Legal advice on the marriage and divorce laws is essential because of the transactional nature of most rural marriages. A marriage payment from the man to his future wife's family is still "very common" in China, says Ms Xie, even when it is a happy union. In Chinese custom, after the marriage the girl has no responsibility to her own family and they must therefore be recompensed for the cost of her upbringing. "It can often be at least 5,000 yuan [pounds 400]," says Ms Xie. She estimates that up to one-third of rural women in the average regions are unwilling brides and, like Li Zucui, are forced by their families into arranged marriages to raise money.

In the cities, China's women lead very different lives from their rural sisters, and face new problems thrown up by the huge social changes over the past 16 years. Employment and housing are no longer guaranteed by the state, and loss-making state industries have cut staff, with female workers usually suffering disproportionately. Chen Yiyun, a professor at the Institute of Sociology, says: "Now, with the market economy, women have to struggle for equal opportunity."

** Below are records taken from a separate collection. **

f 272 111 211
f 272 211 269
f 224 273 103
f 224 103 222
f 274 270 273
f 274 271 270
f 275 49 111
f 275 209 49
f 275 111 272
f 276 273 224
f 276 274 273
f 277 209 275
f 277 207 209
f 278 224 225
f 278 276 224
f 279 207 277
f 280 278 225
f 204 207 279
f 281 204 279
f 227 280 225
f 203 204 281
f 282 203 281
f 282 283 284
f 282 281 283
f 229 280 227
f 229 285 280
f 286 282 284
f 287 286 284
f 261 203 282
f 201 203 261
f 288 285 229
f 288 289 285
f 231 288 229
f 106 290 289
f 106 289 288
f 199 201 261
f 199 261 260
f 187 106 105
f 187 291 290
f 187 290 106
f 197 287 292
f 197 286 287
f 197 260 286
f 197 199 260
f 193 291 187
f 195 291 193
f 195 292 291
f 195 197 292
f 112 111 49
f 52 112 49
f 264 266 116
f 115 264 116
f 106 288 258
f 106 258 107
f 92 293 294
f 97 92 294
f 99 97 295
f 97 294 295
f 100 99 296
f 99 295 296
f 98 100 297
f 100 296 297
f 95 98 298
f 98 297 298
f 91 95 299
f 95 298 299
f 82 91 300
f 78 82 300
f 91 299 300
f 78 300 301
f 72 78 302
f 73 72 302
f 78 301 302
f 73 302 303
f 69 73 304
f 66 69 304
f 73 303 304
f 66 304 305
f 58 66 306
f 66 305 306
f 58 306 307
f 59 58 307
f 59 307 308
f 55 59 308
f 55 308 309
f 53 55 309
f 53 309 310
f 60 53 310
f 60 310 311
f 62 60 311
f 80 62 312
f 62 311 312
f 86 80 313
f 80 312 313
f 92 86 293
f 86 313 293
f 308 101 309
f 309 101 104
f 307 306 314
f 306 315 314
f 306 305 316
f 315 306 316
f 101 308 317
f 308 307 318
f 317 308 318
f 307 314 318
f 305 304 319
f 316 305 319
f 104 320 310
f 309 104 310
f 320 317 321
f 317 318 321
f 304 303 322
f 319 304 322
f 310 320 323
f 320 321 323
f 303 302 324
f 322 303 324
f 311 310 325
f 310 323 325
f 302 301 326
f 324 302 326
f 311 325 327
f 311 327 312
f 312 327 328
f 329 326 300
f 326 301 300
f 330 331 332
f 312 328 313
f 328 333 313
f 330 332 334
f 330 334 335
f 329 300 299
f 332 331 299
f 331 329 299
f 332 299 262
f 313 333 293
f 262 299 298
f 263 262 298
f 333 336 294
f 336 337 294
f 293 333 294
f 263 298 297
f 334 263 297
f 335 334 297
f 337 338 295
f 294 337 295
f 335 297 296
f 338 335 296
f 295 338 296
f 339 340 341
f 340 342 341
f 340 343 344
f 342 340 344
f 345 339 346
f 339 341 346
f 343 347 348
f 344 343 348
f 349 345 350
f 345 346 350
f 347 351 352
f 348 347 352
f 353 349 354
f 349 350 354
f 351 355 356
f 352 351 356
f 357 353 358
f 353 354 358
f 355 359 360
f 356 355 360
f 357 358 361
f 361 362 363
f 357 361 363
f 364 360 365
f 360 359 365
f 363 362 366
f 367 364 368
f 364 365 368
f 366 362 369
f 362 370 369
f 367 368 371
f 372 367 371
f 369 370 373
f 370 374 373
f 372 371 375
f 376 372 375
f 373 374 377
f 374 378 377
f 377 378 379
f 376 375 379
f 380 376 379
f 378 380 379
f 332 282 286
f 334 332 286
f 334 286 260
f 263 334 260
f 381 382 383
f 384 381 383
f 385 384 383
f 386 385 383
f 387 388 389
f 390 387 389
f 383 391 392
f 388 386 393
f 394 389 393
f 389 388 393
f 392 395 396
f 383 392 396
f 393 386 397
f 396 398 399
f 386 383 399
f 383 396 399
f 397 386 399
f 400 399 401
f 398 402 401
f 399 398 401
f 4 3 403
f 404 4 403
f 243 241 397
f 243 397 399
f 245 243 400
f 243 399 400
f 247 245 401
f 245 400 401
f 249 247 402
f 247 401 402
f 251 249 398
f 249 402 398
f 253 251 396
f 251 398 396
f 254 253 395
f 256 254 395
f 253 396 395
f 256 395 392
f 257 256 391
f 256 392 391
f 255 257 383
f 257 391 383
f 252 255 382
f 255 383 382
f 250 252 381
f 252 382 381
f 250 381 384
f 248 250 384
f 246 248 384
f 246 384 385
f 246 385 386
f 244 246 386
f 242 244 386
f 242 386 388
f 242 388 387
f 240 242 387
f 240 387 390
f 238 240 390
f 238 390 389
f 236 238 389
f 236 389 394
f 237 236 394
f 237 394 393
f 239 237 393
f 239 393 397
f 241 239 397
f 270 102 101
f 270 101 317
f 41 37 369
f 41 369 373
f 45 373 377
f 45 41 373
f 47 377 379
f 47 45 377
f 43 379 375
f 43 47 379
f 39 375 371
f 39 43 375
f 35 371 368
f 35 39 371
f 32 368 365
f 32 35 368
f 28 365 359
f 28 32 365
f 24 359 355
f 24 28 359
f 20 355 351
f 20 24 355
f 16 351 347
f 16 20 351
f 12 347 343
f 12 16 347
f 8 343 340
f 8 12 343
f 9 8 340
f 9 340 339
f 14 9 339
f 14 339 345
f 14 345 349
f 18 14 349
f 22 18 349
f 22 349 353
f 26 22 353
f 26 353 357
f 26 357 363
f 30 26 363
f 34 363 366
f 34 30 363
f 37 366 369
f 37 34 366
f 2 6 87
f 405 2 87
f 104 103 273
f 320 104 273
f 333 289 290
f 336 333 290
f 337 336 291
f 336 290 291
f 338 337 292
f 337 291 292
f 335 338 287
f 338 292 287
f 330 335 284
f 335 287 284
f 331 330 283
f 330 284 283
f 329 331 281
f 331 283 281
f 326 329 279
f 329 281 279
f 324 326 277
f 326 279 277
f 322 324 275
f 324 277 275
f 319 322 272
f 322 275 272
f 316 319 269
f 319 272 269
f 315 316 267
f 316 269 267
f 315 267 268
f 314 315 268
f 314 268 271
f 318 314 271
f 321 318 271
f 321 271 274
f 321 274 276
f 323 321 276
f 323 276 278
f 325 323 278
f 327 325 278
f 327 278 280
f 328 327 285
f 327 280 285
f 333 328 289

It is emotional problems, however, which cause the most grief. In spring 1993, Professor Chen set up the Jinglun Family Centre in Peking to offer counselling to distressed women. In the past five months the centre has offered guidance to 800 women by phone, and since May a further 250 women have arrived for face-to-face discussions. In a cubby-hole room nicknamed the "room for warmth", women are offered advice by volunteer counsellors, mostly other sociologists.

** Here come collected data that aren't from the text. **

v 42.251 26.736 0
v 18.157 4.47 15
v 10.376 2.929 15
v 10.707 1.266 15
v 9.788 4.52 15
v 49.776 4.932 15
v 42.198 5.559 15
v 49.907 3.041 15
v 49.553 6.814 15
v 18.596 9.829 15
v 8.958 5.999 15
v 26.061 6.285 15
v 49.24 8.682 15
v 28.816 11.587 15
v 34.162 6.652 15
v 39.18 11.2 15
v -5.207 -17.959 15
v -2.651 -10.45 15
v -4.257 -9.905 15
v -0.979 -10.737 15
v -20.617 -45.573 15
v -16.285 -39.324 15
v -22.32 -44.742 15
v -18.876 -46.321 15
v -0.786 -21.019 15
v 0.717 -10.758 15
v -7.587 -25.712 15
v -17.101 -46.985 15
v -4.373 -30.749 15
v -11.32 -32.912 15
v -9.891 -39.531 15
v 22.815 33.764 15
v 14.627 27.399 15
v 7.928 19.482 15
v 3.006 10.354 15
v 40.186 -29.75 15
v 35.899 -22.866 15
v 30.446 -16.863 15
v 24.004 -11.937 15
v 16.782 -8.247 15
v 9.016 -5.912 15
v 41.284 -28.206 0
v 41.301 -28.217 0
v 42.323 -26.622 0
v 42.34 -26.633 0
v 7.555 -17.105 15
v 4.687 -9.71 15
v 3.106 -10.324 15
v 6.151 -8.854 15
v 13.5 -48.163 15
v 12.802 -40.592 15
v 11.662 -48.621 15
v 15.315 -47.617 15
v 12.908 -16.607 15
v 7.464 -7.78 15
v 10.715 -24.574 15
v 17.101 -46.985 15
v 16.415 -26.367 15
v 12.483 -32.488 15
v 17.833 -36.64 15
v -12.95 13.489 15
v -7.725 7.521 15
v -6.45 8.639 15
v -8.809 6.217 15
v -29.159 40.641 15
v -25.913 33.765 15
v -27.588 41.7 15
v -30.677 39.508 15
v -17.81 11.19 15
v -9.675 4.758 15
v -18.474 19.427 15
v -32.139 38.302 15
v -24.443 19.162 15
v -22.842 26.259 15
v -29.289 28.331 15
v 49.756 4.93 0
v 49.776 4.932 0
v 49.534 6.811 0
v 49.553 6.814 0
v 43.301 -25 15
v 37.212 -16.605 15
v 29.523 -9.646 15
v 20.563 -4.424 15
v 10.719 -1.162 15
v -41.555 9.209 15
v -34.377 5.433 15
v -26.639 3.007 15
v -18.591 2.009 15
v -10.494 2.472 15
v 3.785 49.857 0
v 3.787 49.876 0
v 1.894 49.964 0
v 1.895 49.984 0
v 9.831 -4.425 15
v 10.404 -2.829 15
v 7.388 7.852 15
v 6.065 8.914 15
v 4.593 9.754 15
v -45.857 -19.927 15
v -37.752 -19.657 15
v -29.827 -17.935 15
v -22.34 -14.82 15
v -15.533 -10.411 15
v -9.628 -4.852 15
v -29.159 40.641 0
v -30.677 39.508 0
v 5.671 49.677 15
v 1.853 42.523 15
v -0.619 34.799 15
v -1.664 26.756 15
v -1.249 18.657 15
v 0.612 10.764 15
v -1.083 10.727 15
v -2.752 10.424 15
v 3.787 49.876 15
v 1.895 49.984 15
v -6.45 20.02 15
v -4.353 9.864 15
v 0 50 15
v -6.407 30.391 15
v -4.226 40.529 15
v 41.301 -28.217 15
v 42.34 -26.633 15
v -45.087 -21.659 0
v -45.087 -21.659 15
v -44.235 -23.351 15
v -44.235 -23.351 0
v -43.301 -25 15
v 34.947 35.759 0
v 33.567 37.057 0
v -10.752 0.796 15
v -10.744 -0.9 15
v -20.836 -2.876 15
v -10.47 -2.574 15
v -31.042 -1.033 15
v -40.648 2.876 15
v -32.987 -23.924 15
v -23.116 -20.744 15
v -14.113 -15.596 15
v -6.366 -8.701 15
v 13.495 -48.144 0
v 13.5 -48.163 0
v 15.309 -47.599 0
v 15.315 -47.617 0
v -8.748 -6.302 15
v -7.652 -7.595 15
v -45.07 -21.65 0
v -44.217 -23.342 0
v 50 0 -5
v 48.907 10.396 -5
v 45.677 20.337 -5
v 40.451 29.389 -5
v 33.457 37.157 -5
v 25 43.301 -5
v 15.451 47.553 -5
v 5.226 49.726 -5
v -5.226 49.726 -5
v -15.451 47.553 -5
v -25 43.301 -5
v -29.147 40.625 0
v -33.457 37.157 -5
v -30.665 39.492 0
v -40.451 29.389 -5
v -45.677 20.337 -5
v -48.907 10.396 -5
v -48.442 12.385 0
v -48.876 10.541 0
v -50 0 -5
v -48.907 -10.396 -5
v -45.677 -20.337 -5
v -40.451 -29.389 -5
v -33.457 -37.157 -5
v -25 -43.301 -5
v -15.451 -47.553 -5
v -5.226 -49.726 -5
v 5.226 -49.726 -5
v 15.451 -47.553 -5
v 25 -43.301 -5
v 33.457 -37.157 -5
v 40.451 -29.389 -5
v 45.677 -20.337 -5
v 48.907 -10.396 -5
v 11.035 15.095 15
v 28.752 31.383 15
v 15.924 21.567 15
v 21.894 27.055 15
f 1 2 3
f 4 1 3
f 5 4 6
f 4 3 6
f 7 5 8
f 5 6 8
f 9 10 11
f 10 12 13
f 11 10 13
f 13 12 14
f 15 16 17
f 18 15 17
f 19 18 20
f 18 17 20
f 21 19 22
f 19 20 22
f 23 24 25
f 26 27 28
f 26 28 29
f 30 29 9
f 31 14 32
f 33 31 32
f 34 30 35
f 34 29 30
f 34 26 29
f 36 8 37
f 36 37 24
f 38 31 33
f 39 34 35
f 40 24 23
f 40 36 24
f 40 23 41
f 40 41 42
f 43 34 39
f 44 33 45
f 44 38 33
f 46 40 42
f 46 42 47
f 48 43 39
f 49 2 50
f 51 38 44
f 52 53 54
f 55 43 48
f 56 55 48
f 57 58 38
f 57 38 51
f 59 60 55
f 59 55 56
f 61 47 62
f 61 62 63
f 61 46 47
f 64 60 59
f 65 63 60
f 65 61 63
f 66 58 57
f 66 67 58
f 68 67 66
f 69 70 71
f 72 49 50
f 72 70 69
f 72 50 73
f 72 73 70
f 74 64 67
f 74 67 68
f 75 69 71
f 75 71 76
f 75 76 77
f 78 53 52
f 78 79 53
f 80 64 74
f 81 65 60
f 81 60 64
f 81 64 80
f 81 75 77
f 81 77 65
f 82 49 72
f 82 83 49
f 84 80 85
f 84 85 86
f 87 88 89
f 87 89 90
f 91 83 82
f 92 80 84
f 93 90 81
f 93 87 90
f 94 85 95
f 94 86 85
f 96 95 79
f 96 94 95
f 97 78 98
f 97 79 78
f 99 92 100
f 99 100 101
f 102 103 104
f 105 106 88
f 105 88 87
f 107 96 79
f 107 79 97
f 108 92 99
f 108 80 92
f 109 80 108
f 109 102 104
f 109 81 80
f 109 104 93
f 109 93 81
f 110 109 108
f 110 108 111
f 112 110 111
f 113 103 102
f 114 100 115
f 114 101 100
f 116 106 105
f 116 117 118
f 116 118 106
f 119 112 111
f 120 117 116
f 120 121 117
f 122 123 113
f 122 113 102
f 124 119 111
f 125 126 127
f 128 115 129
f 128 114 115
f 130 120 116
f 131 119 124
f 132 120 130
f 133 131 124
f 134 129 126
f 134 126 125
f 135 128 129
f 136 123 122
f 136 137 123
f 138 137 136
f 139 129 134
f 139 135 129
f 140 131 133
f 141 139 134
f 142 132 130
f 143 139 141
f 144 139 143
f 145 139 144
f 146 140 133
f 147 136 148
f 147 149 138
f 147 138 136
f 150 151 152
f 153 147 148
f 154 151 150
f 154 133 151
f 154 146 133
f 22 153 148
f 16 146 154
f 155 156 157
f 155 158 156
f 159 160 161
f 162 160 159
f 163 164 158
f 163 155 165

Almost all the calls for help are from 35- to 50-year-old women, and in nearly two-thirds of the cases the husband has taken a mistress. For many middle-aged Chinese women, changing sexual mores seem threatening, and they are at a loss when their husbands take up with a younger woman. Yang Jing, one of the centre's counsellors, says: "From a traditional Chinese marriage attitude, the wife should be sexually passive. But the mistress is active and more attractive to the man. So we will persuade the wives that they can also be sexually active."

A record number of marriages are failing. Divorce in Peking last year hit 24.5 per cent, more than double the rate four years earlier. The majority of divorces are initiated by women, many of whom are glad of the new freedom to escape intolerable marriages. But women still pay a far higher financial and social cost than men, and the Jinglun centre spends a great deal of time helping women with the legal problems of sorting out a financial settlement for themselves and any child.

Last year a separate telephone hotline was set up for victims of domestic violence, which has "really got worse", according to Professor Chen. She blames the new market economy rat-race.

"Many men feel inferior to their colleagues, or feel failures, or cannot make a lot of money, or lose money on the stock exchange. Then they take it out on their wives," she says.

Like Ms Xie, Professor Chen will be a delegate to the non-governmental forum which starts tomorrow with up to 36,000 foreign participants. Also attending will be up to 5,000 Chinese delegates. "The forum will enable an exchange of views, and to see what is happening outside China with the women's liberation movement," says Professor Chen. "We can use the opportunity to find out our common goals."